As dicas que me deste são boas, vou começar a pensar em alterar aqui algumas coisas no tópico. Mas de qualquer maneira eu referi lá em cima a minha afirmação  porque ao pesquisar para colocar estes dados não me lembrei sequer dos sites com imagens de alta resolução de satélite e isso tudo. 

Mas ao longo do tempo vou remodelando isto de maneira a que fique mais fácil de visitar e compreender os fenómenos.


----------



## squidward (31 Mai 2009 às 00:30)

excelente Tópico!!

ps-só uma questão, onde conseguiste arranjar essas imagens de satelite mais antigas?


----------



## Lightning (1 Jun 2009 às 10:37)

squidward disse:


> excelente Tópico!!
> 
> ps-só uma questão, onde conseguiste arranjar essas imagens de satelite mais antigas?

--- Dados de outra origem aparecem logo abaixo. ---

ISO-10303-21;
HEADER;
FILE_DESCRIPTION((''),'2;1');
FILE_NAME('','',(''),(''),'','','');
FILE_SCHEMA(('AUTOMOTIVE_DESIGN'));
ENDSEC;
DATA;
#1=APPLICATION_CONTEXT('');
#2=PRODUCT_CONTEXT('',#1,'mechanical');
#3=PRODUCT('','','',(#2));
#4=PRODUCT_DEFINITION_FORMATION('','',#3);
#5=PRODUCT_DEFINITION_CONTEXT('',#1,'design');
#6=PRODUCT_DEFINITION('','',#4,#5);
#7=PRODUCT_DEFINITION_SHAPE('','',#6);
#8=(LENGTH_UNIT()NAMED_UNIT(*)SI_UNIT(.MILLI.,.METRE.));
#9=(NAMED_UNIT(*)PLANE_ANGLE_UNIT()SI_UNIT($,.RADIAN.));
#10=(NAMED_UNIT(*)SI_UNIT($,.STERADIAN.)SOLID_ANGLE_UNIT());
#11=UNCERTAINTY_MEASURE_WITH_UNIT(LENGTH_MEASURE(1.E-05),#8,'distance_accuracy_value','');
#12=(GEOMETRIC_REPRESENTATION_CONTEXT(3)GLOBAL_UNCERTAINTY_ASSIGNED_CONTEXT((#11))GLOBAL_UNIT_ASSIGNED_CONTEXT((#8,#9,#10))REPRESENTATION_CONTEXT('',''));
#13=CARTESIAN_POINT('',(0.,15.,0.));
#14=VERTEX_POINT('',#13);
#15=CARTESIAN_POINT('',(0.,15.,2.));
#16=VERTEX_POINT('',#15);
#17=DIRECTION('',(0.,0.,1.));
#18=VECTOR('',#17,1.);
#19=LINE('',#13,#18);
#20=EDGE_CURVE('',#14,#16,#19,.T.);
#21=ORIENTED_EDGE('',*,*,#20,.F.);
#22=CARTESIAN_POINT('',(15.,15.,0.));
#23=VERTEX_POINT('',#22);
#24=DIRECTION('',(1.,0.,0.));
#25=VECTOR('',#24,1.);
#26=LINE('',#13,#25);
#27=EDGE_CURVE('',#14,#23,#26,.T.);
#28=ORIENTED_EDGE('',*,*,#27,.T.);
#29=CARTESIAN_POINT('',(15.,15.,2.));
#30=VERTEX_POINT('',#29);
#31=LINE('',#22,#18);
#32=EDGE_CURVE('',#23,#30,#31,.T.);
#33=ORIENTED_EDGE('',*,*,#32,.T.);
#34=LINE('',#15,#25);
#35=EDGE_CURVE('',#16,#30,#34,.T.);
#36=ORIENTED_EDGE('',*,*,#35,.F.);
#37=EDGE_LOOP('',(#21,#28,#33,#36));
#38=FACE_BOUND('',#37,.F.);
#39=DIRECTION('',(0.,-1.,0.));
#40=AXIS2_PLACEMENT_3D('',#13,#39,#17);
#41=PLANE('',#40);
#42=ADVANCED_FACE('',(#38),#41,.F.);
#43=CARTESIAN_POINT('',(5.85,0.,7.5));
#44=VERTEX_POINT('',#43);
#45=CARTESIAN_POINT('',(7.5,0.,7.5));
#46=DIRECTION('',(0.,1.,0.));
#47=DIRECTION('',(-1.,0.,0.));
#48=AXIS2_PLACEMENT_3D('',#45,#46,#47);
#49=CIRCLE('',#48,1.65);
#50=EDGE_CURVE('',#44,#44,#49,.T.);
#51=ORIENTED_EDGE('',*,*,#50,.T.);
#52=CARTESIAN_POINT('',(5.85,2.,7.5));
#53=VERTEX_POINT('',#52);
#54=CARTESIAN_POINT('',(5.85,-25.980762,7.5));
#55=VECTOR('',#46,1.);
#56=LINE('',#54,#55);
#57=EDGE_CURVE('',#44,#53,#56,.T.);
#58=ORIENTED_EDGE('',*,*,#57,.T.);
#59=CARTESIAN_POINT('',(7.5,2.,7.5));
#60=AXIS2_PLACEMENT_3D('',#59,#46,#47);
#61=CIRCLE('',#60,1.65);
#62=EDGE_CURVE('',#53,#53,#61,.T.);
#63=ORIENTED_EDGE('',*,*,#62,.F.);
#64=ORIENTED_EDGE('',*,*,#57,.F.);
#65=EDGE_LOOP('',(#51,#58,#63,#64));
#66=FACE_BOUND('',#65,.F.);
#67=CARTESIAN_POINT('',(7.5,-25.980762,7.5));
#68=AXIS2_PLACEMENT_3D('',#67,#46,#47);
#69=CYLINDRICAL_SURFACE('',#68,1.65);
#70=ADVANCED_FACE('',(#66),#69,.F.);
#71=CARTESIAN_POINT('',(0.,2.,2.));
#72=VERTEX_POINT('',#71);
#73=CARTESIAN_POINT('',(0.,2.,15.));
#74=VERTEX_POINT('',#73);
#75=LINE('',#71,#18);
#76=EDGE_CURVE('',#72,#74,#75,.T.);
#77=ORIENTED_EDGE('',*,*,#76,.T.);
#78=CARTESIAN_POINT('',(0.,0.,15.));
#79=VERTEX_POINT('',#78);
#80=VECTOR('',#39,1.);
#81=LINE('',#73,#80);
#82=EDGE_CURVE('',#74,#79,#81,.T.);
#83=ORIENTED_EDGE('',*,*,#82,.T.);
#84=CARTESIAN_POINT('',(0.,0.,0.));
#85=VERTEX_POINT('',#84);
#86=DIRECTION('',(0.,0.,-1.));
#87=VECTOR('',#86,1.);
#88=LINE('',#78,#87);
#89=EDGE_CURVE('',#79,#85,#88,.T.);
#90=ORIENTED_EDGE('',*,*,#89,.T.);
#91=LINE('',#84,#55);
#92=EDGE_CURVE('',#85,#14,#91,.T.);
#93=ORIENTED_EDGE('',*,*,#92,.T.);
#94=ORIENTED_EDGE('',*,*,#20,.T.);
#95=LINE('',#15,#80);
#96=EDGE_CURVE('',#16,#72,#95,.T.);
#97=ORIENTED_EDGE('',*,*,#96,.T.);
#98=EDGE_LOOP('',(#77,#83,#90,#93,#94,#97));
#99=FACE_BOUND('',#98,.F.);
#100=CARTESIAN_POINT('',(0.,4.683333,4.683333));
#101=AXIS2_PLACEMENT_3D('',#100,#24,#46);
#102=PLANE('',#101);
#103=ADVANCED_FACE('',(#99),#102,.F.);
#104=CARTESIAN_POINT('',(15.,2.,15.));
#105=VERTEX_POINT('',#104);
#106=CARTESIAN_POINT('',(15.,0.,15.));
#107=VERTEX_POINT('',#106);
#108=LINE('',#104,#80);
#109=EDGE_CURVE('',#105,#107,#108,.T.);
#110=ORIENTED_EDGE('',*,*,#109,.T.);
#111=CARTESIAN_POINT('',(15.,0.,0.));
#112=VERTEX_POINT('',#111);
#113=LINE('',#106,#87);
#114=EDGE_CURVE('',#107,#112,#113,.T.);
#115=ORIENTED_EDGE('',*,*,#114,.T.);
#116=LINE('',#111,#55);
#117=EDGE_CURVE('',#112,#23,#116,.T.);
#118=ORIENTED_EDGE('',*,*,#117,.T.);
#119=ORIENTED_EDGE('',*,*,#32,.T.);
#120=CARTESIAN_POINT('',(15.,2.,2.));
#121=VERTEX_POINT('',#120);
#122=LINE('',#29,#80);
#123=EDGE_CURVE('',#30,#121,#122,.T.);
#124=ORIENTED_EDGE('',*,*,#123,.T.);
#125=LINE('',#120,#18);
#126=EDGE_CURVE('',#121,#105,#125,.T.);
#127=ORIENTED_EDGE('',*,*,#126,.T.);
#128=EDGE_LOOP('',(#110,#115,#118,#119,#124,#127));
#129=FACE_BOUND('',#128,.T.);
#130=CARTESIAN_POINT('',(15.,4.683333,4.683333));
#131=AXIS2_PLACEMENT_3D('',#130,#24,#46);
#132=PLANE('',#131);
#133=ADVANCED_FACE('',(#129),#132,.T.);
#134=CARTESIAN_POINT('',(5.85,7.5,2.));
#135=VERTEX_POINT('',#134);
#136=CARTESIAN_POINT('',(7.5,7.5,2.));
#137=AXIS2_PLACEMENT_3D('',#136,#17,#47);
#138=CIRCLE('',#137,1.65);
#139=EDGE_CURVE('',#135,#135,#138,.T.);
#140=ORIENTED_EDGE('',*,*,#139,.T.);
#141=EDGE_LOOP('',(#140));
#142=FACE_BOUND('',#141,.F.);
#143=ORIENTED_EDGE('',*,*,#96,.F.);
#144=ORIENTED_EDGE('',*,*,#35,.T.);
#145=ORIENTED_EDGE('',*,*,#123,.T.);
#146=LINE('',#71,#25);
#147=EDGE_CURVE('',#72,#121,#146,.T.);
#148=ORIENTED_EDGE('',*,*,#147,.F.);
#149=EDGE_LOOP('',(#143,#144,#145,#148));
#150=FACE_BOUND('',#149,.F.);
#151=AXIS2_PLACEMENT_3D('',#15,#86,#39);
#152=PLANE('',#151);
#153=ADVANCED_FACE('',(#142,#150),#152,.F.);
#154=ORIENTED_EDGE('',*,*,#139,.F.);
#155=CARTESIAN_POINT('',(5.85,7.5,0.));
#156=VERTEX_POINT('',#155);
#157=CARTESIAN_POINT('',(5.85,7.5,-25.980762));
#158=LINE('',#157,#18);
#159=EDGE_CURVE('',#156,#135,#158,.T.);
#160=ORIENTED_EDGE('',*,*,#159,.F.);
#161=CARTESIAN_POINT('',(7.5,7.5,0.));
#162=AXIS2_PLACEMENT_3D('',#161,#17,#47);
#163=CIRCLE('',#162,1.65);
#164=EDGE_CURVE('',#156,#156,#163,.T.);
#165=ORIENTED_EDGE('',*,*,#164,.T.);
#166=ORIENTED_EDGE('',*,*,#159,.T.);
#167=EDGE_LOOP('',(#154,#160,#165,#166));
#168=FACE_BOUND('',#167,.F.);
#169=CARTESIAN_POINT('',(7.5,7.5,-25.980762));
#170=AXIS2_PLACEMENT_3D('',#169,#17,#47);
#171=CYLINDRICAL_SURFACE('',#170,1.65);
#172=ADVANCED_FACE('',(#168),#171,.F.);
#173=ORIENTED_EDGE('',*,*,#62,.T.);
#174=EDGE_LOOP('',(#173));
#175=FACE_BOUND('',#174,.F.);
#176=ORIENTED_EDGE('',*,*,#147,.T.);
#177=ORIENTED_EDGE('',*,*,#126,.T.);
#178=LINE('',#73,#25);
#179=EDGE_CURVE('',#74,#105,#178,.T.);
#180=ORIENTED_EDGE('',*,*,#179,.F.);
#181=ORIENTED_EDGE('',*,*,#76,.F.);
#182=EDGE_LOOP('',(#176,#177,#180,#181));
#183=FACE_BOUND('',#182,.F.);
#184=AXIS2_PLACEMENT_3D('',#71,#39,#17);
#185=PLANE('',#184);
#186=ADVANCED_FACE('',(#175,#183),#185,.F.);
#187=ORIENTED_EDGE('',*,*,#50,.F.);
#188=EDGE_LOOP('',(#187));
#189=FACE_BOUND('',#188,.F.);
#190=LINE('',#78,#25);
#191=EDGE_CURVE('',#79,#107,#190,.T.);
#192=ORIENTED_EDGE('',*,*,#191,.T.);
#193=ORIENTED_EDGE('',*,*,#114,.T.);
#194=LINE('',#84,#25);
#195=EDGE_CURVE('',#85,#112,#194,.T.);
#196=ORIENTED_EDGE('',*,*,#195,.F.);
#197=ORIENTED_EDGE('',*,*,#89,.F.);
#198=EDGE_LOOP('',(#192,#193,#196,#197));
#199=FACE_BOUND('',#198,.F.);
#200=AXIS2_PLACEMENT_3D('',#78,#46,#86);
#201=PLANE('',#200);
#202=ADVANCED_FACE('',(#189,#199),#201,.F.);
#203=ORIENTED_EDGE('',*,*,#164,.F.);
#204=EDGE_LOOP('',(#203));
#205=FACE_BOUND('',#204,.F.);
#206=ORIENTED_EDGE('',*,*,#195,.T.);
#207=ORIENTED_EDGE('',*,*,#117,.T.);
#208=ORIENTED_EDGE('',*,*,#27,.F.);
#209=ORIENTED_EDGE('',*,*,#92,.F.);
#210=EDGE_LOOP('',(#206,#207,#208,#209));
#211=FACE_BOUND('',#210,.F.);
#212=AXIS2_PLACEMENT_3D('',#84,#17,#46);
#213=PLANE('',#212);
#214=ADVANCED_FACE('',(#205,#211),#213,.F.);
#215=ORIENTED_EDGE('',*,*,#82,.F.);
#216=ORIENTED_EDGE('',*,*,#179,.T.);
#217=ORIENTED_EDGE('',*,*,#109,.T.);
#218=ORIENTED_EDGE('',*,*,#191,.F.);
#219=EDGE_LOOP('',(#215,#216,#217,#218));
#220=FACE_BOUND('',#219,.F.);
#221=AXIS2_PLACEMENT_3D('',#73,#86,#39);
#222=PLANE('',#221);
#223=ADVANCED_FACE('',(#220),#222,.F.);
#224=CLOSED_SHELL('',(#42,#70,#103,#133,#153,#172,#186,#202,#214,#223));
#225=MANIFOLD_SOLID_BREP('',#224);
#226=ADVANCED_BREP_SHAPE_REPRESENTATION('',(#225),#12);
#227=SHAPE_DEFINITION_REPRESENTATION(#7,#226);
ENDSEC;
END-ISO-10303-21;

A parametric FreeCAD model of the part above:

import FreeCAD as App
import Part
import Sketcher

V = App.Vector
Q = App.Units.Quantity


def add_polygon(sketch, points):
    """Adds a closed chain of lines whose ends are joined by coincident constraints."""
    first, n = sketch.GeometryCount, len(points)
    for a, b in zip(points, points[1:] + points[:1]):
        sketch.addGeometry(Part.LineSegment(App.Vector(*a, 0), App.Vector(*b, 0)), False)
    for i in range(n):
        sketch.addConstraint(Sketcher.Constraint("Coincident", first + i, 2, first + (i + 1) % n, 1))

doc = App.newDocument("Part")
body = doc.addObject("PartDesign::Body", "Body")

sketch1 = body.newObject("Sketcher::SketchObject", "Sketch")
sketch1.AttachmentSupport = (doc.getObject("YZ_Plane"), [""])
sketch1.MapMode = "FlatFace"
add_polygon(sketch1, [(0, 15), (0, 0), (15, 0), (15, 2), (2, 2), (2, 15)])
sketch1.addConstraint([
    Sketcher.Constraint("Vertical", 0),
    Sketcher.Constraint("Horizontal", 1),
    Sketcher.Constraint("Vertical", 2),
    Sketcher.Constraint("Horizontal", 3),
    Sketcher.Constraint("Vertical", 4),
    Sketcher.Constraint("Horizontal", 5),
    Sketcher.Constraint("Coincident", 0, 2, -1, 1),
    Sketcher.Constraint("Equal", 1, 0),
    Sketcher.Constraint("Equal", 5, 2),
    Sketcher.Constraint("DistanceX", 1, 1, 1, 2, Q("15 mm")),
    Sketcher.Constraint("DistanceX", 3, 2, 3, 1, Q("13 mm")),
])
pad1 = body.newObject("PartDesign::Pad", "Pad")
pad1.Profile = sketch1
pad1.Length = 15

sketch2 = body.newObject("Sketcher::SketchObject", "Sketch001")
sketch2.AttachmentSupport = (doc.getObject("XY_Plane"), [""])
sketch2.MapMode = "FlatFace"
sketch2.addGeometry(Part.Circle(V(7.5, 7.5, 0), V(0, 0, 1), 1.6), False)
sketch2.addConstraint([
    Sketcher.Constraint("Diameter", 0, Q("3.3 mm")),
    Sketcher.Constraint("DistanceX", -1, 1, 0, 3, Q("7.5 mm")),
    Sketcher.Constraint("DistanceY", -1, 1, 0, 3, Q("7.5 mm")),
])
doc.recompute()
hole = body.newObject("PartDesign::Hole", "Hole")
hole.Profile = sketch2
hole.ThreadType = "None"
hole.Diameter = 3.3
hole.DepthType = "ThroughAll"
hole.Reversed = True

sketch3 = body.newObject("Sketcher::SketchObject", "Sketch002")
sketch3.AttachmentSupport = (doc.getObject("XZ_Plane"), [""])
sketch3.MapMode = "FlatFace"
sketch3.addGeometry(Part.Circle(V(7.5, 7.5, 0), V(0, 0, 1), 1.6), False)
sketch3.addConstraint([
    Sketcher.Constraint("Diameter", 0, Q("3.3 mm")),
    Sketcher.Constraint("DistanceX", -1, 1, 0, 3, Q("7.5 mm")),
    Sketcher.Constraint("DistanceY", -1, 1, 0, 3, Q("7.5 mm")),
])
doc.recompute()
hole2 = body.newObject("PartDesign::Hole", "Hole001")
hole2.Profile = sketch3
hole2.ThreadType = "None"
hole2.Diameter = 3.3
hole2.DepthType = "ThroughAll"

doc.recompute()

Obrigado  As imagens de satélite mais antigas fui buscar a este site: 

http://www.ncdc.noaa.gov/gibbs/

É só escolheres o ano e a data das imagens que queres. Não existem imagens inferiores a 1974. O site costuma ter erros, mas basta fazeres "refresh" até esses erros irem desaparecendo.


----------



## squidward (1 Jun 2009 às 14:17)

Lightning disse:


> Obrigado  As imagens de satélite mais antigas fui buscar a este site:
> 
> http://www.ncdc.noaa.gov/gibbs/
> 
> É só escolheres o ano e a data das imagens que queres. Não existem imagens inferiores a 1974. O site costuma ter erros, mas basta fazeres "refresh" até esses erros irem desaparecendo.



Obrigado


----------